Algorithms

In the following we will shortly describe all of the different algorithms that can be used for parameter importance analysis and are implemented as part of PyImp.

Ablation

Ablation is a local method that determines parameter importances between two given configurations. It thereby looks which parameter contributed most in a local part of the Configuration Space. It is an iterative method that changes, in each round, one parameter from the starting configuration to that of the target configuration. The parameter that resulted in the highest improvement is kept as this rounds most important parameter. The order determines which parameters are deemed most important and the percentage of improvement tells us how much influence a parameter has.

In PyImp we implemented an efficient variant of ablation, which replaces costly algorithm runs with cheap to evaluate surrogates.

Forward-Selection

Forward-Selection is an iterative method. In each iteration it constructs models that only consider parts of all available parameters and keeps the one parameter that results in the lowest prediction error for the next round. The order determines which parameters are deemed most important.

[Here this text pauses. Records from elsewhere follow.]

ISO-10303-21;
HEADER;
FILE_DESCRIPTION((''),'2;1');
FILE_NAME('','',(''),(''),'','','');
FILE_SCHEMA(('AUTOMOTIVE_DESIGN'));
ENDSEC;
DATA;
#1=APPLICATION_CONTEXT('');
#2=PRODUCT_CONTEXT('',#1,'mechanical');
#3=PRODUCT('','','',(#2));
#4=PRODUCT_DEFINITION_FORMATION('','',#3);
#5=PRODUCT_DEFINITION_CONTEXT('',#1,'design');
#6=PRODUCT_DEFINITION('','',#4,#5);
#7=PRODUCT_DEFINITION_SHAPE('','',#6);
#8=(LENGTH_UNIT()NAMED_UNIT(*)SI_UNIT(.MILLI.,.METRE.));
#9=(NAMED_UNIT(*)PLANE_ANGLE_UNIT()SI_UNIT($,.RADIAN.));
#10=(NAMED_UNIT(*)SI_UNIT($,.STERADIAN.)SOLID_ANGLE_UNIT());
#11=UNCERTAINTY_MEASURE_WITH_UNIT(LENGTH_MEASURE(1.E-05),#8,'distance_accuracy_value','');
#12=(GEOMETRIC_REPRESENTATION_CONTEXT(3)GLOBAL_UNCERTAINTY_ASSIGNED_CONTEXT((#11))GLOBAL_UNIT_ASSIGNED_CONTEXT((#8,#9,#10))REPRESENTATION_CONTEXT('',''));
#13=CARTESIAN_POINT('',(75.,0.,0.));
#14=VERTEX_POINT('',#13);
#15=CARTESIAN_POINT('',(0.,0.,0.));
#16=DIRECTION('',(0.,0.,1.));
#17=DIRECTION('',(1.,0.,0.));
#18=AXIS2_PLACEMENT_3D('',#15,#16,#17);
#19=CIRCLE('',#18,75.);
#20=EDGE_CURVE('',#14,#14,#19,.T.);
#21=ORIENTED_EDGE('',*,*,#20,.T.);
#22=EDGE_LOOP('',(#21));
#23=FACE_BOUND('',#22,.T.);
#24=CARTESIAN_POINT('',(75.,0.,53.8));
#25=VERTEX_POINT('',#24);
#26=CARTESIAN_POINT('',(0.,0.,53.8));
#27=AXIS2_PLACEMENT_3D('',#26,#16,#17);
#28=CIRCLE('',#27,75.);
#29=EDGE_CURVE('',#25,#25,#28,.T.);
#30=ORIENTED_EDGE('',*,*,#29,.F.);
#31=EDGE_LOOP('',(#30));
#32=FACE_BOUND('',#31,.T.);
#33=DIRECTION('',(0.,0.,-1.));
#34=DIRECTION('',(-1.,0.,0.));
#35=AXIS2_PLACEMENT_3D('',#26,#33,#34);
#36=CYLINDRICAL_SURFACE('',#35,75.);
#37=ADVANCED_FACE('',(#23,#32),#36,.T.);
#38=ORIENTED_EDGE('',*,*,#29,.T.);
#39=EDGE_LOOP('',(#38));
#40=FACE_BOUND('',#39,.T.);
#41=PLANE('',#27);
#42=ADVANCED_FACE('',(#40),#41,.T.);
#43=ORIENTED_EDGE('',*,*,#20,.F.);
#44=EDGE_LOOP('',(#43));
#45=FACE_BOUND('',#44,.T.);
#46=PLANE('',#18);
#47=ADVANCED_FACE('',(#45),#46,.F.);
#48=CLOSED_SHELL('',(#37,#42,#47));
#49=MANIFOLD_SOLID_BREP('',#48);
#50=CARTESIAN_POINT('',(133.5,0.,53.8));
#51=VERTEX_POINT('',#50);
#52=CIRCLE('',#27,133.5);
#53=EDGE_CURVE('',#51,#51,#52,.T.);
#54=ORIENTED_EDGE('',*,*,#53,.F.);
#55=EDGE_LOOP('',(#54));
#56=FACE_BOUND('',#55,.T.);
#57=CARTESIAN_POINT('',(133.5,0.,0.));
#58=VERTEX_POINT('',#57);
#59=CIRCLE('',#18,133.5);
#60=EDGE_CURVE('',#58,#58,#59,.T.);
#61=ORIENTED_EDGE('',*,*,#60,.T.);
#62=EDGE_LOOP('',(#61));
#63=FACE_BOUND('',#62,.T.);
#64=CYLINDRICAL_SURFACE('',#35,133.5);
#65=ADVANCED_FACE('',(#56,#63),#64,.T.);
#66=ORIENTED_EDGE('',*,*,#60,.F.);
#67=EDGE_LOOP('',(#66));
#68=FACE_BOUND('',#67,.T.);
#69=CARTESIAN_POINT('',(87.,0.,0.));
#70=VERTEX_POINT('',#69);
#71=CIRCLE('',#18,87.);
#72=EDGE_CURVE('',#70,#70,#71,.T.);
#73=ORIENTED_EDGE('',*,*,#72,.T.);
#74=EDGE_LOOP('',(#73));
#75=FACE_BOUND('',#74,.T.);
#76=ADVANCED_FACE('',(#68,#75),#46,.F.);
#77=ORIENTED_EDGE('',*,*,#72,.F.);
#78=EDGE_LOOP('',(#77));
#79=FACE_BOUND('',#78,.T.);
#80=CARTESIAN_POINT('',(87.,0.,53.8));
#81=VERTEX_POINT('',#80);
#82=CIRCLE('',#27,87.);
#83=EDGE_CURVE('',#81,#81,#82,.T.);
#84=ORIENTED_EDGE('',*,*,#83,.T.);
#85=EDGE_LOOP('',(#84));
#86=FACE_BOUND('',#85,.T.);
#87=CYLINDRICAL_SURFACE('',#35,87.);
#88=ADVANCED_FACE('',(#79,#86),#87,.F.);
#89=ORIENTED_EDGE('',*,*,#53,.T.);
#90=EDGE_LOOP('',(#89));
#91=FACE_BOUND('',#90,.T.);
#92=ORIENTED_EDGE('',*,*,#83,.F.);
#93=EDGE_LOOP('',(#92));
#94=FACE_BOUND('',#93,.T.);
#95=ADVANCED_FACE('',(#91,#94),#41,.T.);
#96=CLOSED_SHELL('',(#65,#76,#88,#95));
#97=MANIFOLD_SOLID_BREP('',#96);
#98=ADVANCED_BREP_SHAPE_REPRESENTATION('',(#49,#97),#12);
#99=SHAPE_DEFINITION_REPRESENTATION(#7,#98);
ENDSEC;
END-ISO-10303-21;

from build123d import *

# Parameters (mm, degrees)
SKETCH1_R           = 75
BOSS_EXTRUDE1_DEPTH = 53.8
SKETCH1_3_R         = 133.5
SKETCH1_3_R_2       = 87
BOSS_EXTRUDE2_DEPTH = 53.8


with BuildPart() as part:
    # Sketch1 → Boss-Extrude1 (new body)
    with BuildSketch(Plane.XY):
        Circle(SKETCH1_R)
    extrude(amount=BOSS_EXTRUDE1_DEPTH)


with BuildPart() as body_2:
    # Sketch1<3> → Boss-Extrude2 (new body)
    with BuildSketch(Plane.XY):
        Circle(SKETCH1_3_R)
        Circle(SKETCH1_3_R_2, mode=Mode.SUBTRACT)
    extrude(amount=BOSS_EXTRUDE2_DEPTH)


solid = Compound([part.part, body_2.part])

For more details we refer to the original paper.

Influence Models

Influence Models aim to learn a linear model and deems those parameters as most important that result in the highest weights of the linear model. However it does not necessarily look at all possible parameters, only those that improve the performance when adding them to the linear model in a forward step. Additionally, it performs one (or more) backwards steps, in which it checks if parameters have become unimportant due to conditionalities in the Parameter Space. For more details we refer to the original paper.

fANOVA

fANOVA is an efficient parameter importance method, leveraging random forest models fit on the data already gathered by Bayesian optimization. fANOVA is able to quantify the importance of both single hyperparameters and of interactions between hyperparameters.

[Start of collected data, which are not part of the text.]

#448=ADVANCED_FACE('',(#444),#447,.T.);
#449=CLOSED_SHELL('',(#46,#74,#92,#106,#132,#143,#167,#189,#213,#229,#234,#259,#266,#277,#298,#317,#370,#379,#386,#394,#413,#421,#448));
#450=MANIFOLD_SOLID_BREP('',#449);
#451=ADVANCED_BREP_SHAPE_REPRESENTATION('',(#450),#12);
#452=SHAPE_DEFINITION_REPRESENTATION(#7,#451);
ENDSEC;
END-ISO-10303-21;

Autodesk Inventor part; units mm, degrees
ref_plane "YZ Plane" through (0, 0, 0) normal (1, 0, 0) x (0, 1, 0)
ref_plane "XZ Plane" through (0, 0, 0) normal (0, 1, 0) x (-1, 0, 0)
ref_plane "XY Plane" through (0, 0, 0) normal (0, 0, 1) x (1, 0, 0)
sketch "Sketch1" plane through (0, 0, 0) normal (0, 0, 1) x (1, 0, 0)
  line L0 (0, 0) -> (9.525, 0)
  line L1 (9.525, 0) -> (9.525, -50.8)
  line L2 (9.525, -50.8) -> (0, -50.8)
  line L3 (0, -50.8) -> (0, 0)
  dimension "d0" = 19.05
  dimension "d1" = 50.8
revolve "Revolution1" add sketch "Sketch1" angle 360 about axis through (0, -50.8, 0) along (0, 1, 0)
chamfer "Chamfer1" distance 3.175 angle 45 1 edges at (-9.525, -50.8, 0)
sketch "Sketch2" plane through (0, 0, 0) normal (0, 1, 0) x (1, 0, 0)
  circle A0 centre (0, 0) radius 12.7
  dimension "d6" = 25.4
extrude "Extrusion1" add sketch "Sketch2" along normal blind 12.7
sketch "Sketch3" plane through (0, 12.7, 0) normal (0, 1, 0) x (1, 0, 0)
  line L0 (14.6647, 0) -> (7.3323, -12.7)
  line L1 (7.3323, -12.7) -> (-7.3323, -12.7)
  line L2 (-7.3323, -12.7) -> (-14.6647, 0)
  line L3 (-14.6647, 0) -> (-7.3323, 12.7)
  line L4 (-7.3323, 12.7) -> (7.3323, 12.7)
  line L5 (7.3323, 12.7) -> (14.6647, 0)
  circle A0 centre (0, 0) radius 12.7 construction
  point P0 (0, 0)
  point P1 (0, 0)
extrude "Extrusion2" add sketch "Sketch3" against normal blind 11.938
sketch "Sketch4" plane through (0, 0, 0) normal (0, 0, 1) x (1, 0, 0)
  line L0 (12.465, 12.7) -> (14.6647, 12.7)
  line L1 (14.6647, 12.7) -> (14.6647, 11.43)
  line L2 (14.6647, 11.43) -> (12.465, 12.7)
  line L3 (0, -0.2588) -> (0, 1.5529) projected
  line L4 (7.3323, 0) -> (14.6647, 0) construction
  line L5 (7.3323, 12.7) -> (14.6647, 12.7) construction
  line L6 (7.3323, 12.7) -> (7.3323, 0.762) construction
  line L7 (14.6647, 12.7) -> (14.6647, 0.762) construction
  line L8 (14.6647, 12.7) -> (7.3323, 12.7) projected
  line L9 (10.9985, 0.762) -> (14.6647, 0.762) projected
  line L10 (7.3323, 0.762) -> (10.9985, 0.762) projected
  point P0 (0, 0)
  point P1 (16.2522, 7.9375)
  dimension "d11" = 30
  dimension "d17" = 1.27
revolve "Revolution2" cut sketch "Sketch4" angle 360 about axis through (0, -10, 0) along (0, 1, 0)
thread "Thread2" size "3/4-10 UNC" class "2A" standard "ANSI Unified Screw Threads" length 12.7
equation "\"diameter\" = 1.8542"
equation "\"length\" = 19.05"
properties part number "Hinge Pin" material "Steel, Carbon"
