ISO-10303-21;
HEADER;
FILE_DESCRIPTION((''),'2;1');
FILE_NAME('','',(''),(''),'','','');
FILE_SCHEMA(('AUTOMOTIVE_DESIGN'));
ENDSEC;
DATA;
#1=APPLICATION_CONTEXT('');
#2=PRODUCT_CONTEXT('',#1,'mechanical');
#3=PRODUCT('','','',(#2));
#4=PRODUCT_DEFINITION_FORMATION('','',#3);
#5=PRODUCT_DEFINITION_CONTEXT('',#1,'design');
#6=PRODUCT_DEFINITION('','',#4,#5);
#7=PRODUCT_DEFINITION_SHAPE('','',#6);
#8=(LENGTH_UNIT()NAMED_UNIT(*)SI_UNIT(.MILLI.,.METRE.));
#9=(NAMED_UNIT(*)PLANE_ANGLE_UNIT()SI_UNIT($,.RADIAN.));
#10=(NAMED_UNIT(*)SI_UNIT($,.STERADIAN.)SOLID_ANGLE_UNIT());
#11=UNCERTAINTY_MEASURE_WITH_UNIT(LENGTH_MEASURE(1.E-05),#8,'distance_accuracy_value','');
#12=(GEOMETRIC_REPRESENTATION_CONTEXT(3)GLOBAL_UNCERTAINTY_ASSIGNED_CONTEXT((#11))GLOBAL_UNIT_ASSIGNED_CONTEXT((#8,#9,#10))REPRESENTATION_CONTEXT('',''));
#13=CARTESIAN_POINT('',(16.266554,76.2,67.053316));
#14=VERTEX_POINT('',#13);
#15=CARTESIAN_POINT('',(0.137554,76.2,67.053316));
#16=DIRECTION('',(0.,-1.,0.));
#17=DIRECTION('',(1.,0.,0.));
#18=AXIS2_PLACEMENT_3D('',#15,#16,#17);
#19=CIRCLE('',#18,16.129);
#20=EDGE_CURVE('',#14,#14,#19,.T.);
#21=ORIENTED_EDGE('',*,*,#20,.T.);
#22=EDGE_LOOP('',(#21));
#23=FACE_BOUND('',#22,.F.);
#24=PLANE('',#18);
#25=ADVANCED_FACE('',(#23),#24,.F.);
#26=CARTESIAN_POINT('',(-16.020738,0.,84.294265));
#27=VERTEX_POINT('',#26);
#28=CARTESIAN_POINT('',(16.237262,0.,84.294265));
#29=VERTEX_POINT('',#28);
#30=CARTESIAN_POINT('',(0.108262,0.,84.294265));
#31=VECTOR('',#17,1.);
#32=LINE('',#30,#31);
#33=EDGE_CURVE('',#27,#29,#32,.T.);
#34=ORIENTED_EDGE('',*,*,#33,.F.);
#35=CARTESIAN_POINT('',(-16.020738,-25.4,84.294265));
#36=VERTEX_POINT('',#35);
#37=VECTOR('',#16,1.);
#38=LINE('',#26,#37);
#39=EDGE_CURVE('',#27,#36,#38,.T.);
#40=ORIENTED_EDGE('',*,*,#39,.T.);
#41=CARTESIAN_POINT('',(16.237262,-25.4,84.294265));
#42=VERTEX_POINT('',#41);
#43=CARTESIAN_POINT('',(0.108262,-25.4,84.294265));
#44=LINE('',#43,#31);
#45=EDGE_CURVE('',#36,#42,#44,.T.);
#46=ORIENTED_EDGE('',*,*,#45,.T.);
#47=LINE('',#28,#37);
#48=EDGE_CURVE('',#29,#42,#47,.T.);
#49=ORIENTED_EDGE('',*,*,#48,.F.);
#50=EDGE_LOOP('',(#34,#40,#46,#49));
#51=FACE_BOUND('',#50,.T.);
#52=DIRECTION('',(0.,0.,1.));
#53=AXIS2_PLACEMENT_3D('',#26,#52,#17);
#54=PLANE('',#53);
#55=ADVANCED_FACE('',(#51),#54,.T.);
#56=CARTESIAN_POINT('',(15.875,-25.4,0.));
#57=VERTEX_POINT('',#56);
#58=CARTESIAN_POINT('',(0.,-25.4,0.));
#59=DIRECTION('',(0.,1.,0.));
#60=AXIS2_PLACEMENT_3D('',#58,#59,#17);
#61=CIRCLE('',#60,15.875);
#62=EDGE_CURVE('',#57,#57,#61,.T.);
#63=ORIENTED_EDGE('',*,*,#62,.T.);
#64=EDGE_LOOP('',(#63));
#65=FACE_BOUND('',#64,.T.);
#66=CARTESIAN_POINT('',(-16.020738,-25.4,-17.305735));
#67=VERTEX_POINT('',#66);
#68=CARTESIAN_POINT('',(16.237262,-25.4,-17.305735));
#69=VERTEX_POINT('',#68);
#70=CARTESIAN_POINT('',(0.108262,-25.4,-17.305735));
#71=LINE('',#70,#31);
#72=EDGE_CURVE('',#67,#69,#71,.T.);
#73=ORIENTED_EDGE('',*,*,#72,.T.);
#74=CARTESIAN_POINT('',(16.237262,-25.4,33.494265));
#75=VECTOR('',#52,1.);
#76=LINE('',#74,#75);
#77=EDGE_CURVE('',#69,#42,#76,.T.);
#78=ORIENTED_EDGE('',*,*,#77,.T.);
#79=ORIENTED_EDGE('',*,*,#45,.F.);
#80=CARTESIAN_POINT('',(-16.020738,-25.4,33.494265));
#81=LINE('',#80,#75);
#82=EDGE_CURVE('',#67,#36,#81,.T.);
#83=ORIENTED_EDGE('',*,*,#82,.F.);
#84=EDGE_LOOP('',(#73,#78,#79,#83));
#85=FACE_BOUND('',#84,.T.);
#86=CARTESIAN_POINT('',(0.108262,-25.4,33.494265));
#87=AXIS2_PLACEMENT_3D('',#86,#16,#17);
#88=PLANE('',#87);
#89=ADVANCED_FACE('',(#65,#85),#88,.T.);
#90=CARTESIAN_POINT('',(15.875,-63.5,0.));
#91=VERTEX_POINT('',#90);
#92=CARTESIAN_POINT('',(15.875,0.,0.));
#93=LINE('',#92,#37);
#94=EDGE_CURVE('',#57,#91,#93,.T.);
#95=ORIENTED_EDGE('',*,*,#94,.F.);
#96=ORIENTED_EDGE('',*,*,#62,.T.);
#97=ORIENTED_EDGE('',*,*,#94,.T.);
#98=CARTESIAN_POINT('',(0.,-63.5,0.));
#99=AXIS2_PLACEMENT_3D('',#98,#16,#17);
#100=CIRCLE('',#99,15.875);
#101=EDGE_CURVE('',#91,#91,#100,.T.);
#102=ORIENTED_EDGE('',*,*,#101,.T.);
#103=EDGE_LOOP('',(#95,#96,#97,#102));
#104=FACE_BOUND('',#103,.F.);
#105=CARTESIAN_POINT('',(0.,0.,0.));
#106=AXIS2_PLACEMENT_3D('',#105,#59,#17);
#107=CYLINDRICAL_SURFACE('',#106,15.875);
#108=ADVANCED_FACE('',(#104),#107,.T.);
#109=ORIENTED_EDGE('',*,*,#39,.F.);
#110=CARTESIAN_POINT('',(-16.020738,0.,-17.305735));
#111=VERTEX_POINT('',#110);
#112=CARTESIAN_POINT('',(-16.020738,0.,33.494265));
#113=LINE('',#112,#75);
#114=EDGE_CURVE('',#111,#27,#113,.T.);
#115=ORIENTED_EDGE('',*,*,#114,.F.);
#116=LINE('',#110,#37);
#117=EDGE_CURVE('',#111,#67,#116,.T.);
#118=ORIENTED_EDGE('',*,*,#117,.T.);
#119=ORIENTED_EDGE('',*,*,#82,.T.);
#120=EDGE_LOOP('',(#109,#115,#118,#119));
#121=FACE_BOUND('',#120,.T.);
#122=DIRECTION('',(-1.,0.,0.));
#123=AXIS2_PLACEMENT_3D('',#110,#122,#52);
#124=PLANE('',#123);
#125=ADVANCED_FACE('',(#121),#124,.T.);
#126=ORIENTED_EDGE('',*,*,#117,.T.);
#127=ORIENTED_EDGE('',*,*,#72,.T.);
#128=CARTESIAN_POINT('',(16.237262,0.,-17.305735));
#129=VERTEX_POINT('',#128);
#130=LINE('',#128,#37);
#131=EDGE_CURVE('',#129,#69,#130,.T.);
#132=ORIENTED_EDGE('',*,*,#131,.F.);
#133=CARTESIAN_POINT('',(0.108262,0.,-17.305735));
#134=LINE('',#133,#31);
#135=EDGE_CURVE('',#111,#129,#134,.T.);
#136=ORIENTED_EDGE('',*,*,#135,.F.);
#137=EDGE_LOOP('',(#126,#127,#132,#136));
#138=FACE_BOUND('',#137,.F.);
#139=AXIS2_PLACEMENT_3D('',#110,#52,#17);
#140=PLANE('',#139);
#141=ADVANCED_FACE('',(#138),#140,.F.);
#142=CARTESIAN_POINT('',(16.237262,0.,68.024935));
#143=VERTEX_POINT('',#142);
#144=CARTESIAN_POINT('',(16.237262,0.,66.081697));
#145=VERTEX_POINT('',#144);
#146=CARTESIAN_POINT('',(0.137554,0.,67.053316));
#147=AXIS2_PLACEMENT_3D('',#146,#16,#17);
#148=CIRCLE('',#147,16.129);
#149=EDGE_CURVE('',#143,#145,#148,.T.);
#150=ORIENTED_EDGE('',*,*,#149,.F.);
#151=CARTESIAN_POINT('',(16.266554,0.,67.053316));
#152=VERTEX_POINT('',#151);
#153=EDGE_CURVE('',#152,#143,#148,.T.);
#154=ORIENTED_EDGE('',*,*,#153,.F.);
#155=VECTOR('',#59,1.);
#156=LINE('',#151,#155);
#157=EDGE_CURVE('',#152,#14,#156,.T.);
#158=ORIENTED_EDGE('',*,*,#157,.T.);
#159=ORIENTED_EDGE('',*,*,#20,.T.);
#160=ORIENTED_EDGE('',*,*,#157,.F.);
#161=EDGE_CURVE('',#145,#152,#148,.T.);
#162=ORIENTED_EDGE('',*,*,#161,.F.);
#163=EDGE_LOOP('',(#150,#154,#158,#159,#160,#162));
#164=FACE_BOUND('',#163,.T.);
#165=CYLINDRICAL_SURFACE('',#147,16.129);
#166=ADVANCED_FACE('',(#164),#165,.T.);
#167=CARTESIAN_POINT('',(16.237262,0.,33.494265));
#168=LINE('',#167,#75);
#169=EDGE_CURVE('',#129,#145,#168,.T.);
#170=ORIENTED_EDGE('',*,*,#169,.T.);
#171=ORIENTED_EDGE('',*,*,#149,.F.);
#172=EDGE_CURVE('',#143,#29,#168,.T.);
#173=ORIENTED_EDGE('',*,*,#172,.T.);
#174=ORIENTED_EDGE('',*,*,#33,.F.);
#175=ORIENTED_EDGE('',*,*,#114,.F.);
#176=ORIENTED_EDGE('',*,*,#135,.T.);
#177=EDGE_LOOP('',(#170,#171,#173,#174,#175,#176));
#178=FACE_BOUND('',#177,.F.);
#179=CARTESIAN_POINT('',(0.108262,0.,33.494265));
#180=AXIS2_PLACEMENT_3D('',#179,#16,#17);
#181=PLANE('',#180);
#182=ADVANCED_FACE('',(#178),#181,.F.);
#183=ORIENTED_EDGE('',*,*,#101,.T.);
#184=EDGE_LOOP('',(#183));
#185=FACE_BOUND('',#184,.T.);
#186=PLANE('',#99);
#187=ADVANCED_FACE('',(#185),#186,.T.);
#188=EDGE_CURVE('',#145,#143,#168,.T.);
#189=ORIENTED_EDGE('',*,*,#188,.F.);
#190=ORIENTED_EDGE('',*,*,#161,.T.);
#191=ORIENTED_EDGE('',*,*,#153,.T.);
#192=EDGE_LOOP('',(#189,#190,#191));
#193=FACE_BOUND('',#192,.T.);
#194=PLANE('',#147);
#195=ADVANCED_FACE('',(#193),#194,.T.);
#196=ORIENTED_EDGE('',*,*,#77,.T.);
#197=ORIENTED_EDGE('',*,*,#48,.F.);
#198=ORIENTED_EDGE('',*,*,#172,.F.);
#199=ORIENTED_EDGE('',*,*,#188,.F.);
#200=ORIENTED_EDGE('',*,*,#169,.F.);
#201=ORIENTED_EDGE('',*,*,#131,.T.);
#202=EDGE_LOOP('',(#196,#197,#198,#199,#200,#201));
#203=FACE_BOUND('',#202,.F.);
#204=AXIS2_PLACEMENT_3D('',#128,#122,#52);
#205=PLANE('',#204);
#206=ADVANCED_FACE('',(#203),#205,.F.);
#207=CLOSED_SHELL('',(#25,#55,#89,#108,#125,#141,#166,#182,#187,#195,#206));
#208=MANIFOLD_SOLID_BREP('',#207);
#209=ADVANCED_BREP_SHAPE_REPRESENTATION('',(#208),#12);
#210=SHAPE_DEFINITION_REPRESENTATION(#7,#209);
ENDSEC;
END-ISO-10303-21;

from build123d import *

# Parameters (mm, degrees)
F0_R     = 15.875
F1_DEPTH = 63.5
F2_W     = 32.258
F2_H     = 101.6
F3_DEPTH = 25.4
F4_R     = 16.129
F5_DEPTH = 76.2


with BuildPart() as f1:
    # F0 (on Front) → F1 (new body)
    with BuildSketch(Plane.XZ):
        Circle(F0_R)
    extrude(amount=F1_DEPTH)

    # F2 (on Front) → F3 (join)
    with BuildSketch(Plane.XZ):
        with Locations((0.108262, 33.494265)):
            Rectangle(F2_W, F2_H)
    extrude(amount=F3_DEPTH)

    # F4 (on Front) → F5 (join)
    with BuildSketch(Plane.XZ):
        with Locations((0.137554, 67.053316)):
            Circle(F4_R)
    extrude(amount=-F5_DEPTH)


solid = f1.part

For more details we refer to the original paper.

LPI

*L*ocal *P*arameter *I*mportance ist the most local parameter importance analysis method. It is inspired by the human strategy to look for further improved parameter configurations or to understand the importance of parameter changes in the neighborhood of a parameter configuration. For ex- ample, most users are interested in understanding which parameters in optimized parameter configurations are crucial for the achieved performance. Using an EPM, we study performance changes of a configuration along each parameter. To quantify the importance of a parameter value, we compute the variance of all cost values by changing the parameter and then compute the fraction of all variances.